Churchill Ventures Ltd. is a blank check company incorporated on June 26, 2006 for the purpose of effecting a merger, capital stock exchange, stock purchase, asset acquisition or other similar business combination with an unidentified operating business in the communications, media or technology industries.

Our management team, board of directors and advisory board have extensive experience in our target industries, as operating managers, investment professionals and dealmakers. We also have a deep history of international transactions and operations, including in Israel, the United States and Europe, along with substantial relationships and connections.

Our team includes seasoned investors and operators from the United States, Europe and Israel.

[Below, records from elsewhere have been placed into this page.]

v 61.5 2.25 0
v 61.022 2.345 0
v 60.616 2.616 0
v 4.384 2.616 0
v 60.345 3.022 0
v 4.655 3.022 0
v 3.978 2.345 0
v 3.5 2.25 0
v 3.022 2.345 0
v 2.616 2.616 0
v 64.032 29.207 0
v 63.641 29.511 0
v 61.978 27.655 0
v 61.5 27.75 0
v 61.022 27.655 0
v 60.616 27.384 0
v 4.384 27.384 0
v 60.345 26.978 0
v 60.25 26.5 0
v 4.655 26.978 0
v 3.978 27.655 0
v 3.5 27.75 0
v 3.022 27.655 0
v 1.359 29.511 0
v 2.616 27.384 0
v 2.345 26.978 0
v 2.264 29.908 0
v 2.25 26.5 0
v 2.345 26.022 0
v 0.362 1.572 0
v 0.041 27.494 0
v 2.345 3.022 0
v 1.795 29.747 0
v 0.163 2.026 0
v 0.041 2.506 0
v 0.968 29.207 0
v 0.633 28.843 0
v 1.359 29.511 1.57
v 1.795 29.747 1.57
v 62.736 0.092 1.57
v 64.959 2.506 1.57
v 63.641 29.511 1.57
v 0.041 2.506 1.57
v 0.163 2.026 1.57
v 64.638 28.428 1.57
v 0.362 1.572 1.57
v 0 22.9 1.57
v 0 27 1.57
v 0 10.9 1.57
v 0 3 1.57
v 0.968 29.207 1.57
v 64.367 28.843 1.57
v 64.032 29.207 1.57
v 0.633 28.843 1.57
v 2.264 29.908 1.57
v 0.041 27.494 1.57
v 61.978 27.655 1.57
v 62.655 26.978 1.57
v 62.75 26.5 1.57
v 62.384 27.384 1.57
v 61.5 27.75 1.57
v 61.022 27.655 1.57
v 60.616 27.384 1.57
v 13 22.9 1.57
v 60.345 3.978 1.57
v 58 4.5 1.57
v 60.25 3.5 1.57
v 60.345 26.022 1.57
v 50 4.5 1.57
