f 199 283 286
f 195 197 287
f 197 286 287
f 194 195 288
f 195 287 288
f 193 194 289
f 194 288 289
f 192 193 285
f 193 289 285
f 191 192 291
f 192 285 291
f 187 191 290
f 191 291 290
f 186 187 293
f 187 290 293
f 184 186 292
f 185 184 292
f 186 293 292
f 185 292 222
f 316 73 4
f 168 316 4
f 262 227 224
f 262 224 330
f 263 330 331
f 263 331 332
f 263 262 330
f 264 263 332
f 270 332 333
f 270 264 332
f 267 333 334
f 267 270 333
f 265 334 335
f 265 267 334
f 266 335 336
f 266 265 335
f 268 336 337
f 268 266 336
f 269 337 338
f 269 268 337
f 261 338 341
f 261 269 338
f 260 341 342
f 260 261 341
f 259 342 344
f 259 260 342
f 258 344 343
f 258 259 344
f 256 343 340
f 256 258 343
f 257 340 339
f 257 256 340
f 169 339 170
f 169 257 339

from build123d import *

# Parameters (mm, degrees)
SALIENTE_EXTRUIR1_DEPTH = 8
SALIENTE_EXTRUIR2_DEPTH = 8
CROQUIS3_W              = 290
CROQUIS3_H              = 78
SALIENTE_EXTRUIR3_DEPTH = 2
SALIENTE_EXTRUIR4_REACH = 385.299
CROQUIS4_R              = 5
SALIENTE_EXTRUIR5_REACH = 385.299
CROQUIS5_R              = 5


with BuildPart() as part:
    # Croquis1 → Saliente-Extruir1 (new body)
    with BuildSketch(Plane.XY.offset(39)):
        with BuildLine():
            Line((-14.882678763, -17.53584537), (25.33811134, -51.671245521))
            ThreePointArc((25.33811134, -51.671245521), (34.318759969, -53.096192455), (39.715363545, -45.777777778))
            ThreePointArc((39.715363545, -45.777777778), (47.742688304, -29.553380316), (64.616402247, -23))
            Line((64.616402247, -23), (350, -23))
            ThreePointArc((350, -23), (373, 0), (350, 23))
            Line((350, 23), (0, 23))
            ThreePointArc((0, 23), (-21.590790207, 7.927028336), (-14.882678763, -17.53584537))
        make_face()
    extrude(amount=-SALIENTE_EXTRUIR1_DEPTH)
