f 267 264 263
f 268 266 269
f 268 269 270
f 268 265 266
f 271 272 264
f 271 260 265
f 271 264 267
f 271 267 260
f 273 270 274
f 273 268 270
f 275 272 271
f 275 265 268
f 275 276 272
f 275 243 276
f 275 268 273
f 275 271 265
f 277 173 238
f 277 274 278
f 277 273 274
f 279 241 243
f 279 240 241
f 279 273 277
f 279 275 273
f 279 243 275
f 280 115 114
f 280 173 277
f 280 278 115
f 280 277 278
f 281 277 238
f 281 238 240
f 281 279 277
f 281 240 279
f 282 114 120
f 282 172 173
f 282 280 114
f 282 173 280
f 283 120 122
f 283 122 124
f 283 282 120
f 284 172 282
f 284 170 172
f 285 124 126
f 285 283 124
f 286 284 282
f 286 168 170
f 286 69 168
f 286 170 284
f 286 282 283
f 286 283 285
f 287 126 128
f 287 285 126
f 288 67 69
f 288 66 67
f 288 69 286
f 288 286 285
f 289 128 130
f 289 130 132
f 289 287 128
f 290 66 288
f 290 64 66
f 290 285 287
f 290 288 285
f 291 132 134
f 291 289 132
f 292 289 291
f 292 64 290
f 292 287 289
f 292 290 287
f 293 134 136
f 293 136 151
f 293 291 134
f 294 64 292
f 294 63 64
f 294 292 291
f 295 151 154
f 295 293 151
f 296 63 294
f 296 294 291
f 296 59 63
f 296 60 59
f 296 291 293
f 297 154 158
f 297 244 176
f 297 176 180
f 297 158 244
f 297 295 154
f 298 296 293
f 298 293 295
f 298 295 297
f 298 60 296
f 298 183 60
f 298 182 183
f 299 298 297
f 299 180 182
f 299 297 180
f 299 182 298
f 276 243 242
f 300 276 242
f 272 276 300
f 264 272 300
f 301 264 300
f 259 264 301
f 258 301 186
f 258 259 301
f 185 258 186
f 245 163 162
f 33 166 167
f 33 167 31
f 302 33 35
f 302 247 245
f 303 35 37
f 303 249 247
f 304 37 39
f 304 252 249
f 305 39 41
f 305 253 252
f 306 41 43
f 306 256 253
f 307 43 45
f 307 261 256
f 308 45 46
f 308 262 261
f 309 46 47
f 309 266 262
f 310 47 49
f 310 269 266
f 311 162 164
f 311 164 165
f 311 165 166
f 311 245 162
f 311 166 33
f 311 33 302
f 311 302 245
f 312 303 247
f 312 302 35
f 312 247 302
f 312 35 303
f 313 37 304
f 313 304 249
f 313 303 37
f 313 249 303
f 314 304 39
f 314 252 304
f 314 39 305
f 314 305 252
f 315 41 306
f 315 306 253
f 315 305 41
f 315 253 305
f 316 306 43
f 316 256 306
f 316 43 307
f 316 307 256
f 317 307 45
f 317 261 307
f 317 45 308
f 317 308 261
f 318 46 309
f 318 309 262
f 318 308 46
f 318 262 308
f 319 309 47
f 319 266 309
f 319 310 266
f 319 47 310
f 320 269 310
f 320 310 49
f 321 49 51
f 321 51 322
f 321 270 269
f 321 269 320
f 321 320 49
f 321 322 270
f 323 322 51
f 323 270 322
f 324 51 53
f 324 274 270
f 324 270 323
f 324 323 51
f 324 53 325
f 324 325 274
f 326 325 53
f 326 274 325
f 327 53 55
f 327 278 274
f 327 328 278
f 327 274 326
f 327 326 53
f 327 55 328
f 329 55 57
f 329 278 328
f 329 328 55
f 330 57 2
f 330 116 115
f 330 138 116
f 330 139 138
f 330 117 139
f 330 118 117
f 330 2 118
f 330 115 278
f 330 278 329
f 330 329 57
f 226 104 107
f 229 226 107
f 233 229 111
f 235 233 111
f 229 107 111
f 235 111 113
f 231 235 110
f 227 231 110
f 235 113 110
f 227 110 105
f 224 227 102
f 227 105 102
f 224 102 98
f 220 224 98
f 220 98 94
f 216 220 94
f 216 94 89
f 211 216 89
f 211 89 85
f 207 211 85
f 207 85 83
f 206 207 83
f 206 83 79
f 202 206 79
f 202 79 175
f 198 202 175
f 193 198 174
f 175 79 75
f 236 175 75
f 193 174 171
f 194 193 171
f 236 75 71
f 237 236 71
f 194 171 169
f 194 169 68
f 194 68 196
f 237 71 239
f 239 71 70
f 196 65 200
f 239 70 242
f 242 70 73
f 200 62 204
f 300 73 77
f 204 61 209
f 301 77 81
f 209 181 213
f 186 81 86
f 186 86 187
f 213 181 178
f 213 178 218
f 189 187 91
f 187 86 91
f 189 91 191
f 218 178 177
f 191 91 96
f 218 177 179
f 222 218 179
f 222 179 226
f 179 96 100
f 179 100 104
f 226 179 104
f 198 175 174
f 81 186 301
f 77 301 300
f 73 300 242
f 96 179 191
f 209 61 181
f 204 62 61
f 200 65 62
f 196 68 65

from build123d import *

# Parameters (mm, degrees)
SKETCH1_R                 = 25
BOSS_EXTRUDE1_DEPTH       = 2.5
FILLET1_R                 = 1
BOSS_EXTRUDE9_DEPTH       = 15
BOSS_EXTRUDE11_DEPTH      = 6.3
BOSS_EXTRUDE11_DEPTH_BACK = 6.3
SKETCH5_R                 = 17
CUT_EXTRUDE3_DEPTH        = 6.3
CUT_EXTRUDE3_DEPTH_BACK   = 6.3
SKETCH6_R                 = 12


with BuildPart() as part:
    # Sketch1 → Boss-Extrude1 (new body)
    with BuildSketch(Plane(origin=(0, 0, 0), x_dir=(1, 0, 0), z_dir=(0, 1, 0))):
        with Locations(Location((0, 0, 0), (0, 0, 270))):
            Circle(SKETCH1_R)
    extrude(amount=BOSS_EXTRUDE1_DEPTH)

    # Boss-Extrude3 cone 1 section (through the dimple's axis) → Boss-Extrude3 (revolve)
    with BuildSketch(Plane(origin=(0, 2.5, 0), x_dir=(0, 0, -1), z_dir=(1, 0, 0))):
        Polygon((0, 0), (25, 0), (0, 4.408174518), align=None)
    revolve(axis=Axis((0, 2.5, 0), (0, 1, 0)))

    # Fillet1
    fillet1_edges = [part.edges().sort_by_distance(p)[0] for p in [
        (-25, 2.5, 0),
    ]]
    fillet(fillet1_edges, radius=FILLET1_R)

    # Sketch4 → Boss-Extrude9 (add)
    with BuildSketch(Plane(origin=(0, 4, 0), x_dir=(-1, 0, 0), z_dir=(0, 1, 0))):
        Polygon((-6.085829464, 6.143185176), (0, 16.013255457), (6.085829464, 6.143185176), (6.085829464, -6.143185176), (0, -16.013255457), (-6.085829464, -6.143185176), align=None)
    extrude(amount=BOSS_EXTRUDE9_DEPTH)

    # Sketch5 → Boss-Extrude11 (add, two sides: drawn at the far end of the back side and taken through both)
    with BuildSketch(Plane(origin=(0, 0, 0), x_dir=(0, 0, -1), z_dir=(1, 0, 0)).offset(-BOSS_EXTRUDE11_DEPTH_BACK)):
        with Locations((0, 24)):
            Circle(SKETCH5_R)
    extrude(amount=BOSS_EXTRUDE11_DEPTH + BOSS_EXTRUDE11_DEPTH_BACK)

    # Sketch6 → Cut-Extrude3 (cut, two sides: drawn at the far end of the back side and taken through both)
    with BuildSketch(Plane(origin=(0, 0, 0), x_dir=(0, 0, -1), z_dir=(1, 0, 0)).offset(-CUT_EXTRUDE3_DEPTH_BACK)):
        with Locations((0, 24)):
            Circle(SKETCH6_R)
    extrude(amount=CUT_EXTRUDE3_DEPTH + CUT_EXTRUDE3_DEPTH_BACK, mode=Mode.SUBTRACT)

Offering: 12.5 million shares at $8.00 per share. Net proceeds of approximately $105 million will be placed in a trust account until management executes the acquisition. Churchill Capital Partners LLC, the company's principal stockholder, will receive a monthly fee of $7,500 for general and administrative expenses.

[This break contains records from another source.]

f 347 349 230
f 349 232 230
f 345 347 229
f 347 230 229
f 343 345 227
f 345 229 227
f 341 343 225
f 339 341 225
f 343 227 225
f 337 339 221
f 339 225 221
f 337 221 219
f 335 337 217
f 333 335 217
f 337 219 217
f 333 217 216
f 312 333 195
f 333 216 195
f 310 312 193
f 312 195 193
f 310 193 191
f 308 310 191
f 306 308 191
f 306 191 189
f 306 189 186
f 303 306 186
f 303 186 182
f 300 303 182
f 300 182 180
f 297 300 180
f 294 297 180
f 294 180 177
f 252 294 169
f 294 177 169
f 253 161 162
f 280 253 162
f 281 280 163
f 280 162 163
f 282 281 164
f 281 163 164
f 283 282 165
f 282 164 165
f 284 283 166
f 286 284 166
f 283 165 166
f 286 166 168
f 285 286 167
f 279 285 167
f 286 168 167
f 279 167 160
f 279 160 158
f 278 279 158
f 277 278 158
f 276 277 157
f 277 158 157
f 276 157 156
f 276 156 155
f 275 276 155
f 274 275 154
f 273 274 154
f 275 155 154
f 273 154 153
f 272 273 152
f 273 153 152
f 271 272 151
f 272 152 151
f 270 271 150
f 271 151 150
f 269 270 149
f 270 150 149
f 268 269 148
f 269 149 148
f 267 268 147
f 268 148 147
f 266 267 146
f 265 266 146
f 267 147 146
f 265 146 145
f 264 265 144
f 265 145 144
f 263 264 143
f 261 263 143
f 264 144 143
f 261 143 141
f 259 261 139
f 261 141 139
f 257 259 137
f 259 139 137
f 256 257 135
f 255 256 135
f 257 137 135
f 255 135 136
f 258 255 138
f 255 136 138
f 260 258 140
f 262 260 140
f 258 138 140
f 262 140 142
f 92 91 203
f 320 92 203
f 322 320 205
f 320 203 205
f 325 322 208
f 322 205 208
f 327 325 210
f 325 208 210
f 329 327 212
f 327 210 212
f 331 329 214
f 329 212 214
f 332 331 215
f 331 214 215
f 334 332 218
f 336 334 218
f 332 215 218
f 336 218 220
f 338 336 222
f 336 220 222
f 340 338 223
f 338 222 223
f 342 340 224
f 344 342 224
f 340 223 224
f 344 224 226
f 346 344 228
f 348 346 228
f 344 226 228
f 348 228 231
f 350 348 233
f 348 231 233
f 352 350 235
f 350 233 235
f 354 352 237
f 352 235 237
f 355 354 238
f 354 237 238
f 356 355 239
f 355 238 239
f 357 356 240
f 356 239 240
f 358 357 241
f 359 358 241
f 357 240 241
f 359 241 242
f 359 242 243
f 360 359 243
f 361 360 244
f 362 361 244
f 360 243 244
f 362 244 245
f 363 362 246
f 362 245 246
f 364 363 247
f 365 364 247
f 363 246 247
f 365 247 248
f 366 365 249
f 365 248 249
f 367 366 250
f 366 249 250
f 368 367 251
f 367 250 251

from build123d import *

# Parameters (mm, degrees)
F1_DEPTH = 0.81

Lead Underwriters: Banc of America

Financial Highlights:

We are not presently engaged in, and we will not engage in, any substantive commercial business for an indefinite period of time following this offering. We intend to utilize cash derived from the proceeds of this offering and the private placement as well as our existing cash, our capital stock, debt or a combination of these in effecting a business combination. Although substantially all of the net proceeds of this offering and the private placement are intended to be generally applied toward effecting a business combination as described in this prospectus, the proceeds are not otherwise being designated for any more specific purposes. Accordingly, prospective investors will invest in us without an opportunity to evaluate the specific merits or risks of any one or more business combinations. A business combination may involve the acquisition of, or merger with, a company which does not need substantial additional capital but which desires to establish a public trading market for its shares, while avoiding what it may deem to be adverse consequences of undertaking a public offering itself. These include time delays, significant expense, loss of voting control and compliance with various Federal and state securities laws. In the alternative, we may seek to consummate a business combination with a company that may be financially unstable or in its early stages of development or growth. We would consider a company to be financially unstable if, for example, a substantial portion of its cash flow were dedicated to its debt service obligations or its expected capital expenditure requirements exceeded the ability of the target business to fund them. In addition, we would consider a business to be in its early stages of development or growth if it is newly formed and is in the process of developing its initial technologies, processes, services, or products. While we may seek to effect business combinations with more than one target business, we will probably have the ability, as a result of our limited resources, to effect only a single business combination.